Taken together, the above results revealed that Pi22922 stabilizes StFC-II in the cytoplasm and facilitates its accumulation in chloroplasts.

Discussion

Oomycete RxLR effectors are critical weapons for their virulence. Understanding the molecular dialogues between RxLR effectors and hosts is crucial for effective disease control. Chloroplast plays a central role in plant photosynthesis and contributes to immunity. Diverse chloroplast proteins were hijacked by pathogen effectors to facilitate their infection and proliferation [31, 32]. In this study, we found that a chloroplast protein StFC-II was targeted by RxLR effector Pi22922 (Fig. 2). FC-II is the terminal enzyme of the heme biosynthetic pathway. In addition to producing heme for photosynthetic cytochromes, FC-II also produces heme for stress responses. In A. thaliana, fc2-1 knock-down plants showed altered photosynthetic activity with abnormal growth and development. Furthermore, impairment of FC-II led to reduced sensitivity to salt and biotic stress [47]. We demonstrate that overexpression of StFC-II enhanced potato and N. benthamiana plants’ susceptibility to P. infestans while silencing NbFC-II in N. benthamiana inhibited the P. infestans colonization (Fig. 4; Fig.S7, see online supplementary material). We also found that the pathogenicity of Pi22922 partially relayed on the FC-II (Fig. 5C). Overexpression of StFC-II in potatoes inhibited both the chloroplast and cytoplasm ROS (cROS) accumulation and reduced the transcript levels of PTI marker genes (Fig. 6), which indicated decreased immunity. Thus, StFC-II could be regarded as a susceptibility factor (S factor). Our results firstly demonstrate that, besides responding to abiotic stresses, FC-II is also involved in plant immune responses.
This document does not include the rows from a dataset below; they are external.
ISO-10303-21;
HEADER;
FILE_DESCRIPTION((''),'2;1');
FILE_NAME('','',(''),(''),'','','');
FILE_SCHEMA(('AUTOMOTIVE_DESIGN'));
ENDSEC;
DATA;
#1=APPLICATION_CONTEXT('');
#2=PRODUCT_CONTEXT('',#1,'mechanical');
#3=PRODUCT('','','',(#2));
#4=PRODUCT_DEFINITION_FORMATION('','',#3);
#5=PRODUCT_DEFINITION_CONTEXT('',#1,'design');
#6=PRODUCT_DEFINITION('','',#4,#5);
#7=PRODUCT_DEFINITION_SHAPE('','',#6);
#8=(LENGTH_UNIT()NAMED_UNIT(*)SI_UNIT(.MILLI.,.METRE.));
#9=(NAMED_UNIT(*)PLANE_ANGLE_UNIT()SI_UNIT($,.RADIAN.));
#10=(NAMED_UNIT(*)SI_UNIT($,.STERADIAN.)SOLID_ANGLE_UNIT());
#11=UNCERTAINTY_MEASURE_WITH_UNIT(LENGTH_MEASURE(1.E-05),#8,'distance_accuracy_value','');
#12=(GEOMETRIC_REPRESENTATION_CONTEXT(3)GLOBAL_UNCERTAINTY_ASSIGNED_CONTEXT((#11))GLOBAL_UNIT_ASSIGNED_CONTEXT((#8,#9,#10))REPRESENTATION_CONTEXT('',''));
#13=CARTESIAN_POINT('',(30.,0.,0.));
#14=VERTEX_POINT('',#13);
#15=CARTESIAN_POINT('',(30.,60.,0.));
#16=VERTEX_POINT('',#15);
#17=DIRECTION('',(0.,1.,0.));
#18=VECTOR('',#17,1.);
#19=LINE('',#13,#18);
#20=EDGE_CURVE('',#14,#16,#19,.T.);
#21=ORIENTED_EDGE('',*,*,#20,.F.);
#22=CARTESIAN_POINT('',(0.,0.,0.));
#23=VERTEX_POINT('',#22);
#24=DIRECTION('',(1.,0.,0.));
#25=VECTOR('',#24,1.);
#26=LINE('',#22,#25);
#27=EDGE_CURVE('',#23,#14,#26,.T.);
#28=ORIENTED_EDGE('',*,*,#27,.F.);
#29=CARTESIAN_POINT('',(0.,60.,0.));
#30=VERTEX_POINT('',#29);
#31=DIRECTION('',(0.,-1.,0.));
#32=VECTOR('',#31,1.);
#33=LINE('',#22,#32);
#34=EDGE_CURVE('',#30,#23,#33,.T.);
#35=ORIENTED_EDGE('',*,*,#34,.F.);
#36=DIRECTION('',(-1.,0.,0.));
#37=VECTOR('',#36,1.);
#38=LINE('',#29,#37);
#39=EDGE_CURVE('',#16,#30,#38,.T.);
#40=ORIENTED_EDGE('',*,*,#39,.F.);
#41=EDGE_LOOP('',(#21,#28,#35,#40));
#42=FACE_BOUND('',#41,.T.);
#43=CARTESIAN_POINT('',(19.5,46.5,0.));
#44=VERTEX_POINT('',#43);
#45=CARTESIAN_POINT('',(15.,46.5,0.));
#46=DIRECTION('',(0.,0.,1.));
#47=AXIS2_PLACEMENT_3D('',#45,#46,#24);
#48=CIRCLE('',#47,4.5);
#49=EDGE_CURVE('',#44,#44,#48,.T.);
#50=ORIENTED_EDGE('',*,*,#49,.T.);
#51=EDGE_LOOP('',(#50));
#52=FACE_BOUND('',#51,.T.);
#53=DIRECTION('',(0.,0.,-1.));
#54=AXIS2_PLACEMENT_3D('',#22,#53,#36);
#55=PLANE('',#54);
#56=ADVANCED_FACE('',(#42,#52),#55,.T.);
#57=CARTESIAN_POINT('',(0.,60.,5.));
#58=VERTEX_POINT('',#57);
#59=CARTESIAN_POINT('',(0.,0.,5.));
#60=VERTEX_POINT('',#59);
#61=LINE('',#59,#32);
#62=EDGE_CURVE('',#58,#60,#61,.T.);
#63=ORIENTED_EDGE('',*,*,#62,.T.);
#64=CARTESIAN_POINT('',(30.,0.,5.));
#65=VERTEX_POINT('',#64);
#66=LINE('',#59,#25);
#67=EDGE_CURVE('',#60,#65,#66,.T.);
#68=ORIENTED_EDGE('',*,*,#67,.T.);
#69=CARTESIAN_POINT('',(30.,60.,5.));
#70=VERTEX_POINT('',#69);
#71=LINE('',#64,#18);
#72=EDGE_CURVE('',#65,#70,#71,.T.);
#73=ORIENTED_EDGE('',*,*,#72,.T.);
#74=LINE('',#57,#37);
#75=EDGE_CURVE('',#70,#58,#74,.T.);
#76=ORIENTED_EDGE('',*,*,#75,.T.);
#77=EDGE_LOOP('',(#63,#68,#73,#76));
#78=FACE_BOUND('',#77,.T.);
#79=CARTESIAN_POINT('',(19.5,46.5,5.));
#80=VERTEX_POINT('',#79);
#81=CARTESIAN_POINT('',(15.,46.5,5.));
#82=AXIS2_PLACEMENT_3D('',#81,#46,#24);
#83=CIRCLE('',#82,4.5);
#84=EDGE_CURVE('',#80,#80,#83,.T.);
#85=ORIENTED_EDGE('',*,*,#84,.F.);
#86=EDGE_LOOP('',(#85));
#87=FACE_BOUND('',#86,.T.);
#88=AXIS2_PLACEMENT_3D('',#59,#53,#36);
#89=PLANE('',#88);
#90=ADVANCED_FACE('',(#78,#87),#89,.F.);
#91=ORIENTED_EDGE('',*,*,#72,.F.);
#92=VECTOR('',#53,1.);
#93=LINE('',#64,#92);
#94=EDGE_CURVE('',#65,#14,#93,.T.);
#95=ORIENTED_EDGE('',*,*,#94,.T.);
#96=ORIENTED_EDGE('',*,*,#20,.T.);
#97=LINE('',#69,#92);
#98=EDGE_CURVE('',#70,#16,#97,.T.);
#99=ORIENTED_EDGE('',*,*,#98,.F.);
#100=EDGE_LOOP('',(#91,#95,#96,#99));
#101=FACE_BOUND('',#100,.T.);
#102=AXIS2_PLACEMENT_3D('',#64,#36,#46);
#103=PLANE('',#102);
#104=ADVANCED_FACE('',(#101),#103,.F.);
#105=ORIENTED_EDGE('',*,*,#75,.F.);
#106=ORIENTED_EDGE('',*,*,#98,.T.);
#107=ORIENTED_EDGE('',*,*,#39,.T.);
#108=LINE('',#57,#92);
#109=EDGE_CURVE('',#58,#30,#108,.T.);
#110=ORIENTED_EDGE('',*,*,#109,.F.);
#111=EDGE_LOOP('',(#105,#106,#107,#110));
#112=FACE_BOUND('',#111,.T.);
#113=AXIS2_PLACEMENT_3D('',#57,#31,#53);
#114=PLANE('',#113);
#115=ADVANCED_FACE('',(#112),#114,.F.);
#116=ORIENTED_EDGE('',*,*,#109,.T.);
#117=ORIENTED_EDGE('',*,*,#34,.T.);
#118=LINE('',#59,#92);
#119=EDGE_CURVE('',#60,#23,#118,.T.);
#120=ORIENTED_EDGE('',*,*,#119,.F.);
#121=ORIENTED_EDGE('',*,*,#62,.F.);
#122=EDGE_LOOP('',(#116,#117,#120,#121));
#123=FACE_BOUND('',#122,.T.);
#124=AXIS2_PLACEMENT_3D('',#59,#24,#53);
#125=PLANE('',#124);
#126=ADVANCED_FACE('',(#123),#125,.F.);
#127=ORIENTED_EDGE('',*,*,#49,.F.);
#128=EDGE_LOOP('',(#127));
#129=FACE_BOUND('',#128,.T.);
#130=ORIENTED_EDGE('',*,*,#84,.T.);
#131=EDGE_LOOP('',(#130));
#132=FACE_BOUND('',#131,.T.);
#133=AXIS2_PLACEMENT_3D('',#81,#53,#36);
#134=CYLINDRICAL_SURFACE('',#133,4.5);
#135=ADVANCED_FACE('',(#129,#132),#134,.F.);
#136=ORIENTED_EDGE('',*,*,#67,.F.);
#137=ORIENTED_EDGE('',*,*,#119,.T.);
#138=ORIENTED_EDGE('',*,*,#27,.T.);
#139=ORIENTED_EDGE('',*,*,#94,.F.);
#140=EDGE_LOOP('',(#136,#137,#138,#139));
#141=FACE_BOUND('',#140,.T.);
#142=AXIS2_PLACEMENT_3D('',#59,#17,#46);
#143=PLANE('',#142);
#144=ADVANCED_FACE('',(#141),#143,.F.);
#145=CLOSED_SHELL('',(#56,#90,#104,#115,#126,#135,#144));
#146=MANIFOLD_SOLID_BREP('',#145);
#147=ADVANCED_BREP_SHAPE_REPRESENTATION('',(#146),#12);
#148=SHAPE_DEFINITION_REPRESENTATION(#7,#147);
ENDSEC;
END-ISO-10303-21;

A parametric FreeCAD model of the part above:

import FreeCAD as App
import Part
import Sketcher

V = App.Vector


def add_polygon(sketch, points):
    """Adds a closed chain of lines whose ends are joined by coincident constraints."""
    first, n = sketch.GeometryCount, len(points)
    for a, b in zip(points, points[1:] + points[:1]):
        sketch.addGeometry(Part.LineSegment(App.Vector(*a, 0), App.Vector(*b, 0)), False)
    for i in range(n):
        sketch.addConstraint(Sketcher.Constraint("Coincident", first + i, 2, first + (i + 1) % n, 1))

doc = App.newDocument("Part")
body = doc.addObject("PartDesign::Body", "Body")

sketch1 = doc.addObject("Sketcher::SketchObject", "Sketch")
body.addObject(sketch1)
sketch1.AttachmentSupport = (doc.XY_Plane, [""])
sketch1.MapMode = "FlatFace"
add_polygon(sketch1, [(0, 60), (0, 0), (30, 0), (30, 60)])
sketch1.addGeometry(Part.Circle(V(15, 46.5, 0), V(0, 0, 1), 4.5), False)
sketch1.addConstraint(Sketcher.Constraint("Vertical", 0))
sketch1.addConstraint(Sketcher.Constraint("Horizontal", 1))
sketch1.addConstraint(Sketcher.Constraint("Vertical", 2))
sketch1.addConstraint(Sketcher.Constraint("Horizontal", 3))
sketch1.addConstraint(Sketcher.Constraint("Coincident", 0, 2, -1, 1))
sketch1.addConstraint(Sketcher.Constraint("Diameter", 4, 9.0))
sketch1.addConstraint(Sketcher.Constraint("DistanceX", 1, 1, 1, 2, 30.0))
sketch1.addConstraint(Sketcher.Constraint("DistanceY", 0, 2, 0, 1, 60.0))
sketch1.addConstraint(Sketcher.Constraint("DistanceX", -1, 1, 4, 3, 15.0))
sketch1.addConstraint(Sketcher.Constraint("DistanceY", -1, 1, 4, 3, 46.5))
pad1 = doc.addObject("PartDesign::Pad", "Pad")
body.addObject(pad1)
pad1.Profile = sketch1
pad1.Length = 5

doc.recompute()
Heme biosynthesis shares the same upstream pathway with chlorophyll biosynthesis in plant plastids. FC-II is the last enzyme of heme-producing branch biosynthetic pathway. Expression alteration of FC-II may disrupt the subtle balance of chlorophyll and heme biosynthesis, which will lead to abnormal chloroplast metabolism, plant growth, and development, resulting in damage to the whole plant. Impaired expression of FC-II in Arabidopsis leads to stunted plants, reduced chlorophyll content, leaf necrosis, and decreased photosynthetic rate [46, 47]. The leaves of N. bentamiana FC-II RNAi lines turned pale green in the later stage (Fig. S9, see online supplementary material), which is similar to the Arabidopsis fc-II mutants [47]. However, we found that transgenic potato lines overexpressing StFC-II-HA showed increased heme content, reduced chlorophyll content, decreased photosynthetic rate, and plant height (Fig. 4B and C), indicating that overexpressing StFC-II disrupted the balance of chlorophyll and heme biosynthesis, which leads to the abnormal plant growth.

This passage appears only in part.